To do this, we run several iterations (n_shots) where we send a randomly picked message across the channel to see when we can successfully recover the desired message. We will count the number of times we are unable to recover the desired message, and report it as a probability in n_shots attempts.
def get_code_error_probability(code_distance, p_error, n_shots = 1000):
code_errors = 0.0
for _ in range(n_shots):
desired_message = random.choice([0,1])
encoded_message = encode(desired_message, num_copies = code_distance)
sent_message = send(encoded_message, p_error = p_error)
received_message = receive_and_interpret(sent_message, majority_vote = True)
if received_message != desired_message:
code_errors += 1
return code_errors / n_shots
We will try several code distances to see the impact of increasing the code distance. Note that we are only using odd-numbered distances \((1,3,5,\ldots)\) so that we can ensure that majority voting works.
code_distances = np.arange(start = 1, stop = 21, step = 2)
p_errors = np.logspace(start = -3, stop = 0, num = 50)
all_code_distance_error_probabilities = []
for code_distance in code_distances:
print(f"Running distance {code_distance}")
code_distance_error_probabilities = []
for p_error in p_errors:
code_distance_error_probabilities.append(
get_code_error_probability(code_distance, p_error, n_shots = 100000)
)
all_code_distance_error_probabilities.append(code_distance_error_probabilities)
Running distance 1
Running distance 3
Running distance 5
Running distance 7
Running distance 9
Running distance 11
Running distance 13
Running distance 15
Running distance 17
Running distance 19
Now, we can plot the results to see the effectiveness of the error-correcting scheme.
for code_distance, error_probabilities in zip(code_distances, all_code_distance_error_probabilities):
plotter.loglog(p_errors, error_probabilities, marker = '.', markersize = 10, label=f'd = {code_distance}')
plotter.legend()
plotter.xlabel('Per-bit error probability')
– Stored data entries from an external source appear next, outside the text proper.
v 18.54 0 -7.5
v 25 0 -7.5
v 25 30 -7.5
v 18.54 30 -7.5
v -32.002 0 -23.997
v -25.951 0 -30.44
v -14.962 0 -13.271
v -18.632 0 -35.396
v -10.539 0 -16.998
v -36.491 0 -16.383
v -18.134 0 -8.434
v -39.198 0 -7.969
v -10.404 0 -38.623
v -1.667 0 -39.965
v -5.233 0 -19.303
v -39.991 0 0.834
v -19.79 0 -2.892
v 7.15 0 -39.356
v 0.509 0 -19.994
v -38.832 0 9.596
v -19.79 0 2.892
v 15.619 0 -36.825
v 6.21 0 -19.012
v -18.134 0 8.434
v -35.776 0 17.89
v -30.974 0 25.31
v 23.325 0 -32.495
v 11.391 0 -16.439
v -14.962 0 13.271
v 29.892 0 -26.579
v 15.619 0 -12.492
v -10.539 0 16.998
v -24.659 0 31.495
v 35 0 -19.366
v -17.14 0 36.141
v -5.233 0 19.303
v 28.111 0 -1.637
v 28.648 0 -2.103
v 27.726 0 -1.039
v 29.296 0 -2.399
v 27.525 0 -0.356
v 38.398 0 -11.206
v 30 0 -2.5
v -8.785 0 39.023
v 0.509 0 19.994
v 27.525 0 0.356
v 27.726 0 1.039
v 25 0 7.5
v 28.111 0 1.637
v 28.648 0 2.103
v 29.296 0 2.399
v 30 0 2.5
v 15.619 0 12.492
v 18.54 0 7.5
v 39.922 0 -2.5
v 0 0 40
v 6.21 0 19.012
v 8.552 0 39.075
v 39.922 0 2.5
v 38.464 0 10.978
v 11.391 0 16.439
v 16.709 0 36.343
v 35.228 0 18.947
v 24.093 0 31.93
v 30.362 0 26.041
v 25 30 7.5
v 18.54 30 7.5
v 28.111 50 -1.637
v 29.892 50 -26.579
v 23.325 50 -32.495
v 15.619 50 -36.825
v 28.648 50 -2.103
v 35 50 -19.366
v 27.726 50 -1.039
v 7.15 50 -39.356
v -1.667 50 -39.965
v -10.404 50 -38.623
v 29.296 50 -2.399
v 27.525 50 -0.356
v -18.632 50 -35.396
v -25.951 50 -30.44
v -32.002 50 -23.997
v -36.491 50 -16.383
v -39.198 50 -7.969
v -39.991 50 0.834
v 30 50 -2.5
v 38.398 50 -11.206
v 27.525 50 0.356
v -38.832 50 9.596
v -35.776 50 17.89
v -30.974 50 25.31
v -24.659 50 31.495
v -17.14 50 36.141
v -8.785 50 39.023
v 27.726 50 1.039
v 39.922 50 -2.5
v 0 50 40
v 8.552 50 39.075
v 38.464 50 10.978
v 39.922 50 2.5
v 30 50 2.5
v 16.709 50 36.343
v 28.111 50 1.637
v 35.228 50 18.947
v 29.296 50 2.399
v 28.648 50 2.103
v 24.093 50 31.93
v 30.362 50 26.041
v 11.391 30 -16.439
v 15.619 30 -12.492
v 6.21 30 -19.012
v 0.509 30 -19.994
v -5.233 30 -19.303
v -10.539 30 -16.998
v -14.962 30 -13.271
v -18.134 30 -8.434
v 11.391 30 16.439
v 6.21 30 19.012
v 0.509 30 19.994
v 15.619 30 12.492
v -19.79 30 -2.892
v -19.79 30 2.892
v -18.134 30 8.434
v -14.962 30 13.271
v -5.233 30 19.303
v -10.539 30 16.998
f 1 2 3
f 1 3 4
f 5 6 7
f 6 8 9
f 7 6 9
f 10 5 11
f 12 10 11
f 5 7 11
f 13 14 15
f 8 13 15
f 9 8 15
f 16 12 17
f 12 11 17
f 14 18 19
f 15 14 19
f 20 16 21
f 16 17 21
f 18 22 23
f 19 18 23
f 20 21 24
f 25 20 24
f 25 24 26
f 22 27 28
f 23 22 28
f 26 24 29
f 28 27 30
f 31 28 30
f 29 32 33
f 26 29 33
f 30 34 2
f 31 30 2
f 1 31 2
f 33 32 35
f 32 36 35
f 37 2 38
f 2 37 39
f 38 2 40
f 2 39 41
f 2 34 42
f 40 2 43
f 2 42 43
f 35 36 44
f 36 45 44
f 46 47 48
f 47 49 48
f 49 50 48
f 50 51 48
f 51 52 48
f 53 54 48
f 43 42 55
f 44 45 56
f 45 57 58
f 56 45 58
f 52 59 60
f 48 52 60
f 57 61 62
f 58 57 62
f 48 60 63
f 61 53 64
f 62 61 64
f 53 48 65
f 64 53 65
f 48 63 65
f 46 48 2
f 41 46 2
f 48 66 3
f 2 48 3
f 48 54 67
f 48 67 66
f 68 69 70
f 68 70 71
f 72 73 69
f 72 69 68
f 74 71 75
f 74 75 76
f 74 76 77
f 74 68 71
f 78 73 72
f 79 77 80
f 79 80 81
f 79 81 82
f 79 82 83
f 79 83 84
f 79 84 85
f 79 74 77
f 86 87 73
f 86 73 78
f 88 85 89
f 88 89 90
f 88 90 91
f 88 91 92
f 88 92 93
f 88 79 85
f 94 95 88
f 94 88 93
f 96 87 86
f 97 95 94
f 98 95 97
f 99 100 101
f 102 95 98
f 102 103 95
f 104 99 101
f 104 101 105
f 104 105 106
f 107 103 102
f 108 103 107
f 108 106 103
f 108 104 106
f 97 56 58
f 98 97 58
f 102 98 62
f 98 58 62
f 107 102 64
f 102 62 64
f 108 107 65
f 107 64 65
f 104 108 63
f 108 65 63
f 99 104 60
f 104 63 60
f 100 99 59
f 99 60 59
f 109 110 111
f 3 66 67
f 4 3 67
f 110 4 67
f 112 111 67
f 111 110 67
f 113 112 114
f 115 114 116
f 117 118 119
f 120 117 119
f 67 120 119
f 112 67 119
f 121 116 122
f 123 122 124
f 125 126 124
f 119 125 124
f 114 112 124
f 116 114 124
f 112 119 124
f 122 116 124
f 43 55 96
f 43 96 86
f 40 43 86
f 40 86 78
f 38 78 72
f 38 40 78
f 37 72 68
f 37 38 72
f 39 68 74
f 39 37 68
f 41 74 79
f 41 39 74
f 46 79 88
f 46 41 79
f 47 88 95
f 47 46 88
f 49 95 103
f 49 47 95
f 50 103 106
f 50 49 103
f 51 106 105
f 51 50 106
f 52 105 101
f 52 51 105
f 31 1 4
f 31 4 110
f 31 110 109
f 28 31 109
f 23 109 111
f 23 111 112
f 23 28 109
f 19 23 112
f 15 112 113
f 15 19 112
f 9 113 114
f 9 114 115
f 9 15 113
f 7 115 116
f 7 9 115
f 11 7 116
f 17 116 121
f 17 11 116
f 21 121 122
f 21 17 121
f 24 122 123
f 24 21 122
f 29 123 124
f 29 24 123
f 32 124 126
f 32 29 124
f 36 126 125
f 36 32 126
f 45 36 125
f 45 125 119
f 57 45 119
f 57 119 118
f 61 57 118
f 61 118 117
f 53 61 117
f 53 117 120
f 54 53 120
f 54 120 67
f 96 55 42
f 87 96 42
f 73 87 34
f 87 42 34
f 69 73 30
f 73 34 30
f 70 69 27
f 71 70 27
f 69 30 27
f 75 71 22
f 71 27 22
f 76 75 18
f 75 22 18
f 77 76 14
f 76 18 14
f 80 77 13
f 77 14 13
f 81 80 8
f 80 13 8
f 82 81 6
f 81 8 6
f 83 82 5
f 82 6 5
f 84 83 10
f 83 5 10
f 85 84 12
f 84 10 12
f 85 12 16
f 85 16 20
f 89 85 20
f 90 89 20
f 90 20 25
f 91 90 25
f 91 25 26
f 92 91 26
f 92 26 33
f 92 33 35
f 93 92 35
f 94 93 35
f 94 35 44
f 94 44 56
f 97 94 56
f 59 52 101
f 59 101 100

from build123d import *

# Parameters (mm, degrees)
SKETCH_1_R          = 40
EXTRUDE_1_DEPTH     = 50
CUT_EXTRUDE_1_DEPTH = 30
CUT_EXTRUDE_2_DEPTH = 76.498344353


with BuildPart() as part:
    # 草图1 → 凸台-拉伸1 (new body)
    with BuildSketch(Plane(origin=(0, 0, 0), x_dir=(1, 0, 0), z_dir=(0, 1, 0))):
        Circle(SKETCH_1_R)
    extrude(amount=EXTRUDE_1_DEPTH)

    # 草图2 → 切除-拉伸1 (cut)
    with BuildSketch(Plane.XZ):
        with BuildLine():
            Line((18.540496218, 7.5), (25, 7.5))
            Line((25, 7.5), (25, -7.5))
            Line((25, -7.5), (18.540496218, -7.5))
            ThreePointArc((18.540496218, -7.5), (-20, 0), (18.540496218, 7.5))
        make_face()
    extrude(amount=-CUT_EXTRUDE_1_DEPTH, mode=Mode.SUBTRACT)

    # 草图4 → 切除-拉伸2 (cut, through all)
    with BuildSketch(Plane.XZ):
        with BuildLine():
            Line((40, -2.5), (30, -2.5))
            ThreePointArc((30, -2.5), (27.5, 0), (30, 2.5))
            Line((30, 2.5), (40, 2.5))
            ThreePointArc((40, 2.5), (42.5, 0), (40, -2.5))
        make_face()
    extrude(amount=-CUT_EXTRUDE_2_DEPTH, mode=Mode.SUBTRACT)


solid = part.part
plotter.ylabel('Message error probability')
plotter.xlim([1e-3, 1.1])
plotter.ylim([1e-3, 1.1])
plotter.grid()
plotter.show()
First, note that code distance d = 1 has no effect on the message. When the probability of error introduced by the channel (the x-axis labeled per-bit error probability) is \(10^{-2}\), so is the probability of error of the encoded message (the y-axis labeled message error probability). However, for larger distances, a reduction in the per-bit error probability leads to steeper reductions in the error of the encoded message. For example, at distance \(3\), the same per-bit error probability leads to an error in the received message that is well below \(10^{-3}\), a 10x improvement.
To see the effect of error correction more clearly, we take a vertical slice of the above plot for a specific value of per-bit error probability, and see what happens at various code distances.
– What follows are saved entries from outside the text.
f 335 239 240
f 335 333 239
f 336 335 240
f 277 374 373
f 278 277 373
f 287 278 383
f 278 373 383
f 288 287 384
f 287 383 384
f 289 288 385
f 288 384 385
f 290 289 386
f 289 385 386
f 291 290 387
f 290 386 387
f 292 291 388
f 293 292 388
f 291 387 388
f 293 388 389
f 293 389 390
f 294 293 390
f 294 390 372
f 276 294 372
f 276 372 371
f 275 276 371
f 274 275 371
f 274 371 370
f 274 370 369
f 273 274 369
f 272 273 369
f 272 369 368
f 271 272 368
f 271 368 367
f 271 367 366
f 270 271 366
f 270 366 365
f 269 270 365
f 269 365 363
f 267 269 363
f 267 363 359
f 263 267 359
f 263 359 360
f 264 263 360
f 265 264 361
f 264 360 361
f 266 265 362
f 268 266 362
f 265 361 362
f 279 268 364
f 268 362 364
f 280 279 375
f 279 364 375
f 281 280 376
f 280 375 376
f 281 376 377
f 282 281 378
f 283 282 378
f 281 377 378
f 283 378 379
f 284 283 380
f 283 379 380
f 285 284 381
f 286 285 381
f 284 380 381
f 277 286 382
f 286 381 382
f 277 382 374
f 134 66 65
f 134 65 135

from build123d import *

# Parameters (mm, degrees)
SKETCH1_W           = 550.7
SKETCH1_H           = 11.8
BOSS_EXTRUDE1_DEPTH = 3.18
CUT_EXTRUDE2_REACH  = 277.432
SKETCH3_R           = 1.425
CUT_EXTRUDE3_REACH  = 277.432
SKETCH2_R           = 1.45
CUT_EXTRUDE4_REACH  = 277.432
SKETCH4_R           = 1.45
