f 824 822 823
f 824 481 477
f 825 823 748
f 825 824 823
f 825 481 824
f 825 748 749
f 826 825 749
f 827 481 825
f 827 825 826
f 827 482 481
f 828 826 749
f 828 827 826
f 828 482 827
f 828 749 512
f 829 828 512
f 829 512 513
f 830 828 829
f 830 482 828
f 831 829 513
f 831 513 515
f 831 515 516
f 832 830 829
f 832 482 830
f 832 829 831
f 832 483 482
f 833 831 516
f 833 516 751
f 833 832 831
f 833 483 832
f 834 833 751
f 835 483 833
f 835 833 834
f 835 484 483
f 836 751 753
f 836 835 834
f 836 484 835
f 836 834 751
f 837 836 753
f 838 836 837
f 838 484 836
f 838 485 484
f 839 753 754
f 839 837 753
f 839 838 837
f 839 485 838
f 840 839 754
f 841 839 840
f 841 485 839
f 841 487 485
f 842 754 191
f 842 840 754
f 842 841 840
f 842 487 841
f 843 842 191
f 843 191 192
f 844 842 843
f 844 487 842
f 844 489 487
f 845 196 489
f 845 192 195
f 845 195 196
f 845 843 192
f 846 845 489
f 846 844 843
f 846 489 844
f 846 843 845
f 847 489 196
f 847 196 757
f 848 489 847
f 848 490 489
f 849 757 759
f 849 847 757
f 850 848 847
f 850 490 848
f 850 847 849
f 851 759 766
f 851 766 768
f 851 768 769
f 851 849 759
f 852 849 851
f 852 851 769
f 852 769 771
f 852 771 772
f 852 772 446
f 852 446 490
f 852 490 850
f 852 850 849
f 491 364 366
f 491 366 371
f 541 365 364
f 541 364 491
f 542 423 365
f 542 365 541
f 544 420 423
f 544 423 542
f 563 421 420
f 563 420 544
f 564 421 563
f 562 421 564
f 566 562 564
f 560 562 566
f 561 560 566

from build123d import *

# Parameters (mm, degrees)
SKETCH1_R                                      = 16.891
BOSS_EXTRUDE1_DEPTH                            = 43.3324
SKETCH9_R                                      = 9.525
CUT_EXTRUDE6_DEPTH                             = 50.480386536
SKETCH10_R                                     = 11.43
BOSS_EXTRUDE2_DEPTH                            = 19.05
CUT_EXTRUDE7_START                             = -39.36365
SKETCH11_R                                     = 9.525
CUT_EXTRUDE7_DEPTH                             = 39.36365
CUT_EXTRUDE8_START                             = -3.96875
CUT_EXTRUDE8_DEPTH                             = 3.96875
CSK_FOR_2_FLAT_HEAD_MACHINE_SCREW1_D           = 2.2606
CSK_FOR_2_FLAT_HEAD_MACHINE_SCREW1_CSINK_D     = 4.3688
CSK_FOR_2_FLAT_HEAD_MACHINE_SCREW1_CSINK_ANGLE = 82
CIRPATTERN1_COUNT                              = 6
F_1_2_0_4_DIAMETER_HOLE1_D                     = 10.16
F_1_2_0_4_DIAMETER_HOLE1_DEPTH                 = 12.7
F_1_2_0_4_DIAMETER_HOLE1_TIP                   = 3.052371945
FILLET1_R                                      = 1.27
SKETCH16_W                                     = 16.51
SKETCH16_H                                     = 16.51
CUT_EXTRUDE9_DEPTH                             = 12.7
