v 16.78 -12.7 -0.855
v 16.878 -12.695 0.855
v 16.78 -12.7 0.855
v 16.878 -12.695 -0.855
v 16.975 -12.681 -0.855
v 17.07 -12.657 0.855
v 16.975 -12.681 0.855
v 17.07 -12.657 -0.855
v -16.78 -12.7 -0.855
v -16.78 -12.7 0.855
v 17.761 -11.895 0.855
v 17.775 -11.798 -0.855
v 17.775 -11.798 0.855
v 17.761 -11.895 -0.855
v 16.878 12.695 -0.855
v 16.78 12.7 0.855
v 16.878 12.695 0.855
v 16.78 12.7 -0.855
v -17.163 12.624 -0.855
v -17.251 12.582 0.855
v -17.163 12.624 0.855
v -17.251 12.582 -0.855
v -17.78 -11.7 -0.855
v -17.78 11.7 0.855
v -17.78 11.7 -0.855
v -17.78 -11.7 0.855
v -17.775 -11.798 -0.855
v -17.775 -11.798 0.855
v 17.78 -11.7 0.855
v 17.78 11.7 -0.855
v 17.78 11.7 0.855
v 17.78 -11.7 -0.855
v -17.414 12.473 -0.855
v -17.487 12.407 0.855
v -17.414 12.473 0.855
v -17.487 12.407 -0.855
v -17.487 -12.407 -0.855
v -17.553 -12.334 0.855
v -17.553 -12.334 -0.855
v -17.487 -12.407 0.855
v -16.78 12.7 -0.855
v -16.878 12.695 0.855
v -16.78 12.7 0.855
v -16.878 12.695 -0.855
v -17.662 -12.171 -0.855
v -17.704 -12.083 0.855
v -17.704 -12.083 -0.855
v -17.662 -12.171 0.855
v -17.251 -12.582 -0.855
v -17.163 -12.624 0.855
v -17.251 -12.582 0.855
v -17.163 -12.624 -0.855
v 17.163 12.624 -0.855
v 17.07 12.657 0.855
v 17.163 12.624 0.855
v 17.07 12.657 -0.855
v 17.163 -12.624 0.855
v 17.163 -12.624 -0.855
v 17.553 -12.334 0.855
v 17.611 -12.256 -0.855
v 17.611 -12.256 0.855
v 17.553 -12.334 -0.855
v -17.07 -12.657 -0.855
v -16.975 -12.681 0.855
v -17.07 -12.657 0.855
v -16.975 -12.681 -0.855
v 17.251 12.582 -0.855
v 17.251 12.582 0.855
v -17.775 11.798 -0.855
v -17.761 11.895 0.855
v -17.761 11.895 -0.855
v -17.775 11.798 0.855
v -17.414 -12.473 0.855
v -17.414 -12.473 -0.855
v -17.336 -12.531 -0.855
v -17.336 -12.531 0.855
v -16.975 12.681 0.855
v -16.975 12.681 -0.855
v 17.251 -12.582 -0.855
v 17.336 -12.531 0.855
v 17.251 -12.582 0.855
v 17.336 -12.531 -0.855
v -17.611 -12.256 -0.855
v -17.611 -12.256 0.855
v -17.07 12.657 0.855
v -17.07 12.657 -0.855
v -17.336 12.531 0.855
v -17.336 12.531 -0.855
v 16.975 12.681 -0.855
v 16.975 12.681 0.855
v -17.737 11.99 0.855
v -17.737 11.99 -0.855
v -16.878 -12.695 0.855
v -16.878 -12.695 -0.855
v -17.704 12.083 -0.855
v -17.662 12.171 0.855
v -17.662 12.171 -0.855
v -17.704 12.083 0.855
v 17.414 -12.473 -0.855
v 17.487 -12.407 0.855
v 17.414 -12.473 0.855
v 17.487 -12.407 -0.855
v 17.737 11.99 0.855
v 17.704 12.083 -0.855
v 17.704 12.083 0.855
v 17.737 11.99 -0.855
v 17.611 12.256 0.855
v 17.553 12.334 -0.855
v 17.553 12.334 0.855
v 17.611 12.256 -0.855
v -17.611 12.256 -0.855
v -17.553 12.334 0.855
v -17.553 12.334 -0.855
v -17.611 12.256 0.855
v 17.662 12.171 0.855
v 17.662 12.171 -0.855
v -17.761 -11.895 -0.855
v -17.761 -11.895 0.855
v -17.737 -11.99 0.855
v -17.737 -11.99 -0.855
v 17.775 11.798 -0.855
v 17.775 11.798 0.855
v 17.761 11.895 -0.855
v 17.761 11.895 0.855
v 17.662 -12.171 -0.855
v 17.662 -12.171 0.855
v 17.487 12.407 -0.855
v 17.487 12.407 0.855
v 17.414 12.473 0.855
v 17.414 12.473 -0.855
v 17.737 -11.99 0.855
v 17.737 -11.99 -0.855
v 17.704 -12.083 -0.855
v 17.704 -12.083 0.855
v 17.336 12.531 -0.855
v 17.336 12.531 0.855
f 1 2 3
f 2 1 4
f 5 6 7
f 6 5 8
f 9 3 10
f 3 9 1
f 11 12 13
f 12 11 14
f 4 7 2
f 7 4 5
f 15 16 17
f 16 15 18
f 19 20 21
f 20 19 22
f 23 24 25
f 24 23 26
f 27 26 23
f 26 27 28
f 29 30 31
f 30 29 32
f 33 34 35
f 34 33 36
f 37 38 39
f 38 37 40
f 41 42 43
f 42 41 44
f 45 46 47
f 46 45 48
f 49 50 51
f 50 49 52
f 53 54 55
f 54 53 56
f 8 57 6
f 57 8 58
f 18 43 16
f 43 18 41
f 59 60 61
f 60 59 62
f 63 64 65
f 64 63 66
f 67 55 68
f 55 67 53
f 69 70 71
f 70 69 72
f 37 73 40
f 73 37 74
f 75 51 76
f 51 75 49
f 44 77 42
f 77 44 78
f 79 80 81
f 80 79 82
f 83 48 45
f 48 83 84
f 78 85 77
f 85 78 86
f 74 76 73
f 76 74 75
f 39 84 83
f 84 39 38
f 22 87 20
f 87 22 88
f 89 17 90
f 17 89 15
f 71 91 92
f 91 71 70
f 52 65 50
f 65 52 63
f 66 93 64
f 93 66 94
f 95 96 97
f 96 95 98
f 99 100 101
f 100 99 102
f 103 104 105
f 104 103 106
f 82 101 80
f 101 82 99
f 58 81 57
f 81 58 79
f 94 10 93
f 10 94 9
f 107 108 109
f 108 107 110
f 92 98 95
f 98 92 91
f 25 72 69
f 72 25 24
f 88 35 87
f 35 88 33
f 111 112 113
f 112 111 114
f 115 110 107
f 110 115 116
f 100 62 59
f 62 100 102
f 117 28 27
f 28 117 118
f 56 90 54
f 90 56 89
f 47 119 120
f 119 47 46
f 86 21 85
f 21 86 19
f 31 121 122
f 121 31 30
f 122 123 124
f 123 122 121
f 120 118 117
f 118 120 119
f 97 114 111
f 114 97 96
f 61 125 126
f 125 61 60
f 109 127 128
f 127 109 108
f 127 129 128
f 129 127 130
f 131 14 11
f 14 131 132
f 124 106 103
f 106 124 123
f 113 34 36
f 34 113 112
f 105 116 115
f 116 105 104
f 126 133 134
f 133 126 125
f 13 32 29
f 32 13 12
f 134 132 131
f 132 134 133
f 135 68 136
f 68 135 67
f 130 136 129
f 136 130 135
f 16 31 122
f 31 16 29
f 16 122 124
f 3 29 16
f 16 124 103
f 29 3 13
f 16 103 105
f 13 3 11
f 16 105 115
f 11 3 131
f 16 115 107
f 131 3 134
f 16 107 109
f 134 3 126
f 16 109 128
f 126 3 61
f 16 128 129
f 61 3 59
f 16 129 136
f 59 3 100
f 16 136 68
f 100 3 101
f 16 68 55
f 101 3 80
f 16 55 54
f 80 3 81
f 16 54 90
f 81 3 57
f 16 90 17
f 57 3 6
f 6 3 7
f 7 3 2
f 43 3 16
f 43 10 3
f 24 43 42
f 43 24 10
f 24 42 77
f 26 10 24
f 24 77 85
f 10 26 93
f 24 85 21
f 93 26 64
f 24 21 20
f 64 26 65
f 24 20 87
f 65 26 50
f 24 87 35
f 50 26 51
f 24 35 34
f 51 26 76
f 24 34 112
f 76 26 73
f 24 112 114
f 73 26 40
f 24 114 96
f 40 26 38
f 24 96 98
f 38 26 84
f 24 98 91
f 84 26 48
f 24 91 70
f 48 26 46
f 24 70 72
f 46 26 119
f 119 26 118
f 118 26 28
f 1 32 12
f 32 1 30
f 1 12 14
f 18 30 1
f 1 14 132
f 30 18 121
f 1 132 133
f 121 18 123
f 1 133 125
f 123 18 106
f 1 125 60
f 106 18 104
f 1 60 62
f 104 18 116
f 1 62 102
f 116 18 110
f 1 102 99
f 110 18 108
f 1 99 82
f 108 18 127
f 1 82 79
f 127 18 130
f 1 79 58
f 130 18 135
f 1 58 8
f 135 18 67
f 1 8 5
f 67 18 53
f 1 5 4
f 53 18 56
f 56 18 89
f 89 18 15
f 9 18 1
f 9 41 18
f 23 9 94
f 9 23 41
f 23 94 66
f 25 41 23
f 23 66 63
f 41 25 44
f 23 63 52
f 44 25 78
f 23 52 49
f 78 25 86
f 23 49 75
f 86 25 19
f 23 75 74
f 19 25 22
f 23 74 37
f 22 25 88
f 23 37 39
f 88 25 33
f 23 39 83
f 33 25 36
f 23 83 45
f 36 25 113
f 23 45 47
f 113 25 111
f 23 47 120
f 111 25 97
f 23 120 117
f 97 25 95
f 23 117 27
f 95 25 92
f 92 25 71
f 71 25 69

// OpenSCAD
$fn = 64;

// Exact PCB dimensions (mm)
length_mm    = 35.56;
width_mm     = 25.4;
thickness_mm = 1.6;

// Detail parameters (kept within PCB envelope)
corner_r = 1.0;     // rounded corner radius (<= min(length,width)/2)
copper_t = 0.035;   // copper thickness (typical 1 oz)
mask_t   = 0.02;    // soldermask thickness
eps      = 0.01;    // small overlap to ensure watertight unions

module rounded_rect_prism(l, w, h, r) {
    r2 = min(r, min(l, w)/2);
    linear_extrude(height=h, center=true)
        offset(r=r2)
            square([l - 2*r2, w - 2*r2], center=true);
}

module pcb() {
    // One connected solid: FR4 core + copper + soldermask, all overlapping slightly
    union() {
        // FR4 core
        color([0.0, 0.4, 0.2])
            rounded_rect_prism(length_mm, width_mm, thickness_mm, corner_r);

        // Top copper (overlaps into core by eps)
        color([0.72, 0.45, 0.2])
            translate([0, 0, thickness_mm/2 - eps + copper_t/2])
                rounded_rect_prism(length_mm, width_mm, copper_t + 2*eps, corner_r);

        // Bottom copper (overlaps into core by eps)
        color([0.72, 0.45, 0.2])
            translate([0, 0, -thickness_mm/2 + eps - copper_t/2])
                rounded_rect_prism(length_mm, width_mm, copper_t + 2*eps, corner_r);

        // Top soldermask (overlaps into copper by eps)
        color([0.0, 0.35, 0.18])
            translate([0, 0, thickness_mm/2 + copper_t - eps + mask_t/2])
                rounded_rect_prism(length_mm, width_mm, mask_t + 2*eps, corner_r);

        // Bottom soldermask (overlaps into copper by eps)
        color([0.0, 0.35, 0.18])
            translate([0, 0, -thickness_mm/2 - copper_t + eps - mask_t/2])
                rounded_rect_prism(length_mm, width_mm, mask_t + 2*eps, corner_r);
    }
}

pcb();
As you can see, increasing code distances result in an exponential suppression of the per-bit error. For the specific value of p_error = 0.12, the error of the message being misinterpreted is already down 3x at code distance 3, and \(\sim8\)x at code distance 5.
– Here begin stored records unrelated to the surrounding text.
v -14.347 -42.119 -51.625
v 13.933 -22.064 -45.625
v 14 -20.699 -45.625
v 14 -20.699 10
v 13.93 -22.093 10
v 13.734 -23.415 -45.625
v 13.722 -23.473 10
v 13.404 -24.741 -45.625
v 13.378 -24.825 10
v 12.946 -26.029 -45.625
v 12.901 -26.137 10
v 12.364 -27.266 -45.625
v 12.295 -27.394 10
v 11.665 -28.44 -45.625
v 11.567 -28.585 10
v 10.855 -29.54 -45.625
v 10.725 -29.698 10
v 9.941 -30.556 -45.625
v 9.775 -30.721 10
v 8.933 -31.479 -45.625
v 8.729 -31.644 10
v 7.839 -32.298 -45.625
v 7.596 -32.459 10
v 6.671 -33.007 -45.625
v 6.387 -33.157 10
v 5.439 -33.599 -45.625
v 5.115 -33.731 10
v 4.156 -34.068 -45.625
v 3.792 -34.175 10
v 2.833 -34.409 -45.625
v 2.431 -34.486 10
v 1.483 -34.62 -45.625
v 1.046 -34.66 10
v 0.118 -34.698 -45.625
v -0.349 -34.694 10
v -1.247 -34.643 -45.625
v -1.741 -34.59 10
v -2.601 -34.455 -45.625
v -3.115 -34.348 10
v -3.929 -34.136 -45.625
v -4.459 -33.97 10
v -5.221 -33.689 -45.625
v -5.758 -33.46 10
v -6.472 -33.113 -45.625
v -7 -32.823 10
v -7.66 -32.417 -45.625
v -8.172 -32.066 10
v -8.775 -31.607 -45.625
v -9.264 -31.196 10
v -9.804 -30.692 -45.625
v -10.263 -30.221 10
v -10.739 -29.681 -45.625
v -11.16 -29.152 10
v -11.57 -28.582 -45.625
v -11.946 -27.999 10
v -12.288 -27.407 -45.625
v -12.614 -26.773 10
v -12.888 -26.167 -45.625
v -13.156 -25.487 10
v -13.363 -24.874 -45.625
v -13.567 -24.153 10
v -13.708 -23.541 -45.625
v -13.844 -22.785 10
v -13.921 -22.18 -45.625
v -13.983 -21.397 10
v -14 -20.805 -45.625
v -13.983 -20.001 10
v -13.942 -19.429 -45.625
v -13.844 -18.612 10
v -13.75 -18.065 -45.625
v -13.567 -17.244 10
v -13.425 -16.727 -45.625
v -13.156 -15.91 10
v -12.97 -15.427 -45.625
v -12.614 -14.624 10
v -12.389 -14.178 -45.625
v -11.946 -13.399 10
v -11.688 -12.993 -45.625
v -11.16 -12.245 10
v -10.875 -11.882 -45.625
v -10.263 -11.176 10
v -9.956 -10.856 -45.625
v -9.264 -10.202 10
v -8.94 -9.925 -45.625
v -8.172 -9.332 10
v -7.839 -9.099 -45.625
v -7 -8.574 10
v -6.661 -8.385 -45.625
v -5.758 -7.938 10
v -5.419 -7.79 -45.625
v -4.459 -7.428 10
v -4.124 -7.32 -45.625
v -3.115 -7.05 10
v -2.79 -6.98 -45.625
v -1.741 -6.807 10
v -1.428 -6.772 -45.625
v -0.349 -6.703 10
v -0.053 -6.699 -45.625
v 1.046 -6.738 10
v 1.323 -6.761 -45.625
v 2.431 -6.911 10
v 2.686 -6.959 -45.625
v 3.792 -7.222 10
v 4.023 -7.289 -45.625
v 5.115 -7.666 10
The presence of a threshold#
The astute reader may have noticed in the above plots that error correction makes things worse (and not better) when the per-bit error is large. We can see this more clearly by replotting as shown below.
As you can see above, as the per-bit error probability crosses \(0.5\), the effect of our error correction scheme flips. When the noisy channel is simply too noisy (and therefore the per-bit error probability is larger than \(0.5\)), error correction doesn’t help at all – in fact, it makes things worse because each redundantly added bit is unlikely to help the situation. However, when the noisy channel is good enough (with a per-bit error probability less than \(0.5\)), the benefits of our error correction scheme appear clearly, resulting in an improvement in chance of success that the received message is interpreted successfully. The specific value of the per-bit error probability where the effect of error correction flips sharply is known as the threshold. From an engineering standpoint, we want to create a noisy channel that is at least that good, so that we can employ error correction and achieve low overall errors.